Enhanced degradation of quinoline in three-dimensional electro-Fenton system through NiCo2S4/g-C3N4 particles

Abstract

The stability and toxicity of quinolines are difficult to degrade by conventional physicochemical and biological methods, posing a threat to human health and the environment. In this study, we prepared NiCo2S4/g-C3N4 particles and applied them in an electrochemical reactor to form a three-dimensional catalytic particle electro-Fenton system (3D-EF), which can efficiently remove quinoline from wastewater. The NiCo2S4/g-C3N4 catalytic particles were characterized by XRD, SEM, TEM, XPS. The optimum conditions for 3D-EF were 30 min reaction time, 60 g/L NiCo2S4/g-C3N4 particles dosage, pH value of 3, 67.6 mmol/L H2O2 concentration, 12.1 ms/cm conductivity and 5 A current. Under the optimum conditions, a chemical oxygen demand (COD) removal rate of 95.6% was achieved. NiCo2S4/g-C3N4 catalytic particles can be easily recovered by filtration and can be reused.
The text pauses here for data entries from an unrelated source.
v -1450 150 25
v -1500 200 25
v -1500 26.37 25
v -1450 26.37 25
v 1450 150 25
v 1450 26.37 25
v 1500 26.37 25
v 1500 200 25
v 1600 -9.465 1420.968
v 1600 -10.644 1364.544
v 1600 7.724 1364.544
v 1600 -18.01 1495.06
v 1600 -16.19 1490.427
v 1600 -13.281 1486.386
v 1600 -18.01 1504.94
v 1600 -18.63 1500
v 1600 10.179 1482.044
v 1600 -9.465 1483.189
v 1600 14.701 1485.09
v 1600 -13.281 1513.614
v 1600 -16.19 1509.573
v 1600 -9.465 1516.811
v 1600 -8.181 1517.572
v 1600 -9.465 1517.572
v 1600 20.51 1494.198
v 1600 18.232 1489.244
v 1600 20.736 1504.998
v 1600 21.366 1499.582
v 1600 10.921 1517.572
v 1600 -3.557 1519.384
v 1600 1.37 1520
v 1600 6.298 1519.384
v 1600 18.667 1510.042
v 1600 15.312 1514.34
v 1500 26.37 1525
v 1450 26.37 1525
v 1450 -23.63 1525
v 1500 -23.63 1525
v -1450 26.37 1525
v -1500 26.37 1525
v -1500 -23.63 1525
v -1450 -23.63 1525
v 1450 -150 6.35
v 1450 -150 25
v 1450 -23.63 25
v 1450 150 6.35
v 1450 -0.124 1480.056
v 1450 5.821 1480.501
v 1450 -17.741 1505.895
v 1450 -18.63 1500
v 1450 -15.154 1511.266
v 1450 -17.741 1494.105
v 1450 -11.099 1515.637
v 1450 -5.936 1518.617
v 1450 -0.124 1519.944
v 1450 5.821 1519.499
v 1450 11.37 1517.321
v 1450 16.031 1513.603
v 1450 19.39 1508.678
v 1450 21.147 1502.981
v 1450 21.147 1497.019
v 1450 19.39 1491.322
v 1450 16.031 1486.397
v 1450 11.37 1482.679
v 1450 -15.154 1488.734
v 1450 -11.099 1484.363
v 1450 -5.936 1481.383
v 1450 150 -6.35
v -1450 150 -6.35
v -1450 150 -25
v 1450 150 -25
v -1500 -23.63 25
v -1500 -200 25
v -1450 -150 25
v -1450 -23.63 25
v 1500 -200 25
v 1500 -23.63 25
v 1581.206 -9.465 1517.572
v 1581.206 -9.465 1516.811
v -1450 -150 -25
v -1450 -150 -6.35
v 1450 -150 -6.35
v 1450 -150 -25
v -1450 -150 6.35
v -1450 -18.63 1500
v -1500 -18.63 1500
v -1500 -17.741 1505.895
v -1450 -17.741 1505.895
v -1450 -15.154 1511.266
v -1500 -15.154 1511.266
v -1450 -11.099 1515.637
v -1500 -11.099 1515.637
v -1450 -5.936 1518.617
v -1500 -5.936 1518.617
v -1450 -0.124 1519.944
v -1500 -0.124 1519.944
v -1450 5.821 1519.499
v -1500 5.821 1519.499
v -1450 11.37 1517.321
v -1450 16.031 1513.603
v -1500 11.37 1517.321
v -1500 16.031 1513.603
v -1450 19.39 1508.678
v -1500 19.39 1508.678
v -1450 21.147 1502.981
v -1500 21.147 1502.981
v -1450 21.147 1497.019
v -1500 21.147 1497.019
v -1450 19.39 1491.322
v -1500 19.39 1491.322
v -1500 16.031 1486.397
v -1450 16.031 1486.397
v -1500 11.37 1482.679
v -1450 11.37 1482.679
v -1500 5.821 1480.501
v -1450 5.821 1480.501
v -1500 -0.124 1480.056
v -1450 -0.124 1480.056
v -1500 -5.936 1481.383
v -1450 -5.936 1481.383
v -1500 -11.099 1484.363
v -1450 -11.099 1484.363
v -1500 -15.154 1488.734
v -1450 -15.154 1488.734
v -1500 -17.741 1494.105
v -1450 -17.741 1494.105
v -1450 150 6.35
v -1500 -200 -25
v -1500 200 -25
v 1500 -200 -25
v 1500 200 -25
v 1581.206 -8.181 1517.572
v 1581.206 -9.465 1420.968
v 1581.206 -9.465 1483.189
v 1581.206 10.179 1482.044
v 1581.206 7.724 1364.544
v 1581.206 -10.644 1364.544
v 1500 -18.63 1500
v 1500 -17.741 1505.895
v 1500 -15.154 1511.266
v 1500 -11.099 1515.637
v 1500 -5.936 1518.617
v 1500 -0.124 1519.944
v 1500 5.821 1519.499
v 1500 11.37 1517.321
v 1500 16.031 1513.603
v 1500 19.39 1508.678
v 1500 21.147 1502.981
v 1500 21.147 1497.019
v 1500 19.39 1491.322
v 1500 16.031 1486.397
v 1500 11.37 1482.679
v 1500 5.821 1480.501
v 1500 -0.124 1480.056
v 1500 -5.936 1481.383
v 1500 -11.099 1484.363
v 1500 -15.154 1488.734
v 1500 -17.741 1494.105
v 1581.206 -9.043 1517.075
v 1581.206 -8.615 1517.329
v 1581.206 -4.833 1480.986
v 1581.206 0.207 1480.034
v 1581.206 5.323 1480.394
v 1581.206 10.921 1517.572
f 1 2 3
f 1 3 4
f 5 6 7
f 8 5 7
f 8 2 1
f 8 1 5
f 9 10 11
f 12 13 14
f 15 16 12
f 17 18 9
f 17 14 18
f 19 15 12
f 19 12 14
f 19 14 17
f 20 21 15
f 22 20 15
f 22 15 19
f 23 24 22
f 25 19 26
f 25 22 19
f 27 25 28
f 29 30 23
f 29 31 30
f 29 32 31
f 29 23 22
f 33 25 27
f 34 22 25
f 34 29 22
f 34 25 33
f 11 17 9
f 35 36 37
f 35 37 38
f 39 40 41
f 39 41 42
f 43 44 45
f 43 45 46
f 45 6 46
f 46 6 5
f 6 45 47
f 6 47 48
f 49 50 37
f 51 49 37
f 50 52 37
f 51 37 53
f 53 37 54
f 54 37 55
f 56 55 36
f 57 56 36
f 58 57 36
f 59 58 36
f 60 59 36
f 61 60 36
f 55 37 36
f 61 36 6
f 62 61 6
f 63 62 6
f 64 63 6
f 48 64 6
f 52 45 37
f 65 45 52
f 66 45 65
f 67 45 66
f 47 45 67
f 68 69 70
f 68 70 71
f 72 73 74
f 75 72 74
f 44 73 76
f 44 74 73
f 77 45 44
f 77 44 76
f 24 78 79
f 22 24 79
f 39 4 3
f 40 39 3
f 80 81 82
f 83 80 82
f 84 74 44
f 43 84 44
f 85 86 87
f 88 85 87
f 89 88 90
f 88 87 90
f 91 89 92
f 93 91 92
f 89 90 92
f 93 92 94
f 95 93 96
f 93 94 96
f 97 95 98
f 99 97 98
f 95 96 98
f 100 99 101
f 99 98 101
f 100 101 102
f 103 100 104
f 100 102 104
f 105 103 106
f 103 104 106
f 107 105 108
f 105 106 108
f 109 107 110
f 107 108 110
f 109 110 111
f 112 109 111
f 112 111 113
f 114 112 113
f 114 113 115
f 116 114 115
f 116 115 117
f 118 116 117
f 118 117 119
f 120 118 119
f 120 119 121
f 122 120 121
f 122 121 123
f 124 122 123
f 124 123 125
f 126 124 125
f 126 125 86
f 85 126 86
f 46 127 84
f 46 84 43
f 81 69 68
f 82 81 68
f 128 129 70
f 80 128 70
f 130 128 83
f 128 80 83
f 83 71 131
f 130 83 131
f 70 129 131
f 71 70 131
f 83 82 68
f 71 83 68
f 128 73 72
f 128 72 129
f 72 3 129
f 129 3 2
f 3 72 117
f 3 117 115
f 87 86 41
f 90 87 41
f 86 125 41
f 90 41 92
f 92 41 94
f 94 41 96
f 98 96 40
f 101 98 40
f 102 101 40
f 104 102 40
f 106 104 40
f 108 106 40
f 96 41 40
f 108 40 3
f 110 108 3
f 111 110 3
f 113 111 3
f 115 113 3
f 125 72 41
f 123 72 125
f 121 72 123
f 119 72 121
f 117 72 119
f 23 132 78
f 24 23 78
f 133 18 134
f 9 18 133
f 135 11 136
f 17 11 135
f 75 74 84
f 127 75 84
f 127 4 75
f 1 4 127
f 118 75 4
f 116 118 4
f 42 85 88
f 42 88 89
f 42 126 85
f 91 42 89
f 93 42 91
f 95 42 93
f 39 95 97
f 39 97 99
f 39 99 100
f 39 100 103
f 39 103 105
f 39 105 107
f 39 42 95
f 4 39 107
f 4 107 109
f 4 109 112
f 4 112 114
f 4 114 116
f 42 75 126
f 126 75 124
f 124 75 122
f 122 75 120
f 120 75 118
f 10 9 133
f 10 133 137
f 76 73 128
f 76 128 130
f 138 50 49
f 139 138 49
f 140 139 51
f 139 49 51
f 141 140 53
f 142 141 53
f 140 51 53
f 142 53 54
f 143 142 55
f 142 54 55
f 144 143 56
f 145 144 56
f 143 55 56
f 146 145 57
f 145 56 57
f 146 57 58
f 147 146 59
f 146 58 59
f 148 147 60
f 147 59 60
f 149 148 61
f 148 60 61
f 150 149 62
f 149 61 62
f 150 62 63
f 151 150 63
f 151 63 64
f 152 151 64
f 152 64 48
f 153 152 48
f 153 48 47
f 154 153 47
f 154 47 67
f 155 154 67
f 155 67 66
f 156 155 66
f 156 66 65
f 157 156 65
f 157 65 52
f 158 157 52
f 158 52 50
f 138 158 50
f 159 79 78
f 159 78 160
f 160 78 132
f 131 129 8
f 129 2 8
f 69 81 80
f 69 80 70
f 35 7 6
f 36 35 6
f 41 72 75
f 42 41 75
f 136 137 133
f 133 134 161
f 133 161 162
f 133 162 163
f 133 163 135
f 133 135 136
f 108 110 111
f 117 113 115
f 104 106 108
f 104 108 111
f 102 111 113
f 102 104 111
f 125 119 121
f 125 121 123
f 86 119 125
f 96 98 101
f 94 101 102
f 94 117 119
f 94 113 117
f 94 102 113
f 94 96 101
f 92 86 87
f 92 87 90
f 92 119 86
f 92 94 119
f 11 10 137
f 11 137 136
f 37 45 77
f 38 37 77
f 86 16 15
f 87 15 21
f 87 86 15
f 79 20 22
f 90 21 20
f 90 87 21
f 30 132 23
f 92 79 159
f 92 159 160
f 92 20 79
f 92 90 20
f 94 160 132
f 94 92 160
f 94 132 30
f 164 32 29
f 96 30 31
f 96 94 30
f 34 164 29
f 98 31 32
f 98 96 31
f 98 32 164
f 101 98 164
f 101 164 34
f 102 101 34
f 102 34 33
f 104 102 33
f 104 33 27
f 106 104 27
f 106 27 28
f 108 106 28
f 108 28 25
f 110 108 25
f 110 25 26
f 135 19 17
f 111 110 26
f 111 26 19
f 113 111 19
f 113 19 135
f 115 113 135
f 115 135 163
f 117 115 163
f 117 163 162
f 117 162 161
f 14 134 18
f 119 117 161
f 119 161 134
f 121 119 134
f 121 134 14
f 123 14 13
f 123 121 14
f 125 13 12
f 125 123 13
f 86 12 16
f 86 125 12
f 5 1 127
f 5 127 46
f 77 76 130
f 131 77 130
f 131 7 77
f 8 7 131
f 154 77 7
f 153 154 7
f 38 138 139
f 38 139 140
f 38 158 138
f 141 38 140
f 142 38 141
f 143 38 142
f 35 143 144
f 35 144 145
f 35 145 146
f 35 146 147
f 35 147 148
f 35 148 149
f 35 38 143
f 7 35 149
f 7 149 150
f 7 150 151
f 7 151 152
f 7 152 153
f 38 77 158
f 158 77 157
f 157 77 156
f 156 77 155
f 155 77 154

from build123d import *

# Parameters (mm, degrees)
F0_W      = 3000
F0_H      = 400
F0_W_2    = 2900
F0_H_2    = 300
F1_DEPTH  = 25
F3_DEPTH  = 1500
F4_R      = 20
F5_DEPTH  = 3064.82128
F6_R      = 20
F7_DEPTH  = 3100
F9_DEPTH  = 18.79415
F12_DEPTH = 6.35


# Not quite as in the source:
# - a feature names something its author has since deleted; it is built from what else it names
# - the program builds the solid bodies; features that only make, move or delete a surface that nothing else refers to are left out


with BuildPart() as f1:
    # F0 (on Top) → F1 (new body, symmetric)
    with BuildSketch(Plane.XY):
        Rectangle(F0_W, F0_H)
        Rectangle(F0_W_2, F0_H_2, mode=Mode.SUBTRACT)
    extrude(amount=F1_DEPTH, both=True)

    # F2 (on face) → F3 (join)
    with BuildSketch(Plane.XY.offset(25)):
        Polygon((-1500, 26.3704165816), (-1500, 0), (-1500, -23.6295834184), (-1450, -23.6295834184), (-1450, 26.3704165816), align=None)
        Polygon((1500, -23.6295834184), (1500, 0), (1500, 26.3704165816), (1450, 26.3704165816), (1450, -23.6295834184), align=None)
    extrude(amount=F3_DEPTH)

    # F4 (on face) → F5 (cut)
    with BuildSketch(Plane(origin=(-1500, 0, 0), x_dir=(0, -1, 0), z_dir=(-1, 0, 0))):
        with Locations((-1.3704165816, 1500)):
            Circle(F4_R)
    extrude(amount=-F5_DEPTH, mode=Mode.SUBTRACT)

    # F0 (on Top) → F12 (join, symmetric)
    with BuildSketch(Plane.XY):
        Rectangle(F0_W_2, F0_H_2)
    extrude(amount=F12_DEPTH, both=True)


with BuildPart() as f7:
    # F6 (on face) → F7 (new body)
    with BuildSketch(Plane(origin=(-1500, 0, 0), x_dir=(0, -1, 0), z_dir=(-1, 0, 0))):
        with Locations((-1.3704165816, 1500)):
            Circle(F6_R)
    extrude(amount=-F7_DEPTH)

    # F8 (on face) → F9 (join)
    with BuildSketch(Plane.YZ.offset(1600)):
        Polygon((-9.4648035193, 1420.9684346451), (-10.6437923387, 1364.5441532135), (7.7239090577, 1364.5441532135), (10.9214369768, 1517.5720803951), (-9.4648035193, 1517.5720803951), align=None)
    extrude(amount=-F9_DEPTH)


solid = Compound([f1.part, f7.part])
Kinetic analysis showed that the COD degradation of quinoline solutions by the 3D-EF followed a first-order kinetic model. To determine the important role of hydroxyl radicals in the electrochemical process, electron paramagnetic reaction (EPR) and radical scavenging experiments were performed. Finally, in order to elucidate the degradation mechanism, the intermediates were identified by high performance liquid chromatography-mass spectrometry (HPLC-MS) and two possible degradation pathways were proposed. Meanwhile, the biochemical analysis of quinoline wastewater was also performed.